# Forum Home Renovation Waterproofing  Soil level against house

## J4rchie

Hi all, 
Looking for advice for soil levels against our house. Our house is on a sloping block and I've dug a decent trench about 800mm out from the from wall to install ag drainage to stop subsurface water from creeping into the crawl space. 
The current soil level has been built up about two brick courses from the foundation for a garden bed.
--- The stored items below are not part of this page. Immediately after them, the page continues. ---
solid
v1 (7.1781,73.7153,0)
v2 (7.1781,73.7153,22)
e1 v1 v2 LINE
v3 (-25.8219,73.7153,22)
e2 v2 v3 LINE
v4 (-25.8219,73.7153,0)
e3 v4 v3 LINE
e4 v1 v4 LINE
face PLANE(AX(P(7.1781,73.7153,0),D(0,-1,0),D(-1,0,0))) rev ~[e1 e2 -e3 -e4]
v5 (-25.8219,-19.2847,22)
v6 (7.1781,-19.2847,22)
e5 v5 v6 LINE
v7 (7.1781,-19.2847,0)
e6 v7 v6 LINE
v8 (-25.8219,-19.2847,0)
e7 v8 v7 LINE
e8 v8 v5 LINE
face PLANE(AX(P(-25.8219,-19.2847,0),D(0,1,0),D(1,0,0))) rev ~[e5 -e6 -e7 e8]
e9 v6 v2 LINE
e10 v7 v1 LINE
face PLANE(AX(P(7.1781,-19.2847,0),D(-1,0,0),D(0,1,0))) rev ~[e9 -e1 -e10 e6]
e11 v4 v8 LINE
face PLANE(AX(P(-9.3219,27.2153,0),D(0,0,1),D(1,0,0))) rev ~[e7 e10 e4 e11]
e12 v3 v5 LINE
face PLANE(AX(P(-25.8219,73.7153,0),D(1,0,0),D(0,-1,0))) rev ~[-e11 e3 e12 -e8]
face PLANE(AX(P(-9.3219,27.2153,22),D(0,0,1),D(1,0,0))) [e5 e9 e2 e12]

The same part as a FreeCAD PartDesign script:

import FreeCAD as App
import Part
import Sketcher
Q = App.Units.Quantity

doc = App.newDocument("Part")
body = doc.addObject("PartDesign::Body", "Body")

# Sketch on XY plane
sketch1 = doc.addObject("Sketcher::SketchObject", "Sketch")
body.addObject(sketch1)
sketch1.AttachmentSupport = (doc.XY_Plane, [""])
sketch1.MapMode = "FlatFace"
sketch1.addGeometry([
    Part.LineSegment(App.Vector(7.1781, 73.7153, 0), App.Vector(-25.8219, 73.7153, 0)),
    Part.LineSegment(App.Vector(-25.8219, 73.7153, 0), App.Vector(-25.8219, -19.2847, 0)),
    Part.LineSegment(App.Vector(-25.8219, -19.2847, 0), App.Vector(7.1781, -19.2847, 0)),
    Part.LineSegment(App.Vector(7.1781, -19.2847, 0), App.Vector(7.1781, 73.7153, 0)),
], False)
sketch1.addConstraint([
    Sketcher.Constraint("Coincident", 0, 2, 1, 1),
    Sketcher.Constraint("Coincident", 1, 2, 2, 1),
    Sketcher.Constraint("Coincident", 2, 2, 3, 1),
    Sketcher.Constraint("Coincident", 3, 2, 0, 1),
    Sketcher.Constraint("Horizontal", 0),
    Sketcher.Constraint("Vertical", 1),
    Sketcher.Constraint("Horizontal", 2),
    Sketcher.Constraint("Vertical", 3),
    Sketcher.Constraint("DistanceX", 0, 2, 0, 1, Q("33 mm")),
    Sketcher.Constraint("DistanceY", 1, 2, 1, 1, Q("93 mm")),
    Sketcher.Constraint("DistanceX", 0, 2, -1, 1, Q("25.822 mm")),
    Sketcher.Constraint("DistanceY", -1, 1, 0, 2, Q("73.7153 mm")),
])
pad1 = doc.addObject("PartDesign::Pad", "Pad")
body.addObject(pad1)
pad1.Profile = sketch1
pad1.Length = 22

doc.recompute()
My plan is to remove the garden bed and grade the soil to slope away (about 1-1.5m) from the house to deal with surface runoff. 
My question though is, is the soil level safe to be that couple of bricks up from the foundation (see photo) if I slope it away from the house?   
The plan is to slope it away from the existing soil level if it is safe to do so, and then pave at a later date rather than having the garden bed directly up against the house. 
Thanks for any help!

----------


## goldie1

Can you see the damp course soil should not be above the damp course

----------


## wspivak

Alternately, you can waterproof to above the height of where the soil level is going to be with something like Gripset 51.  Just make sure to let it cure, then put a protective layer of coreflute over the top of it prior to back-filling.

----------


## Oldsaltoz

Quote. The plan is to slope it away from the existing soil level if it is safe to do so, and then pave at a later date rather than having the garden bed directly up against the house. End Quote.  You are on the right track, exposing the slab footing means no running water in contact with porous brick work. sloping away from that with a small concrete ramp will sole your problem.

----------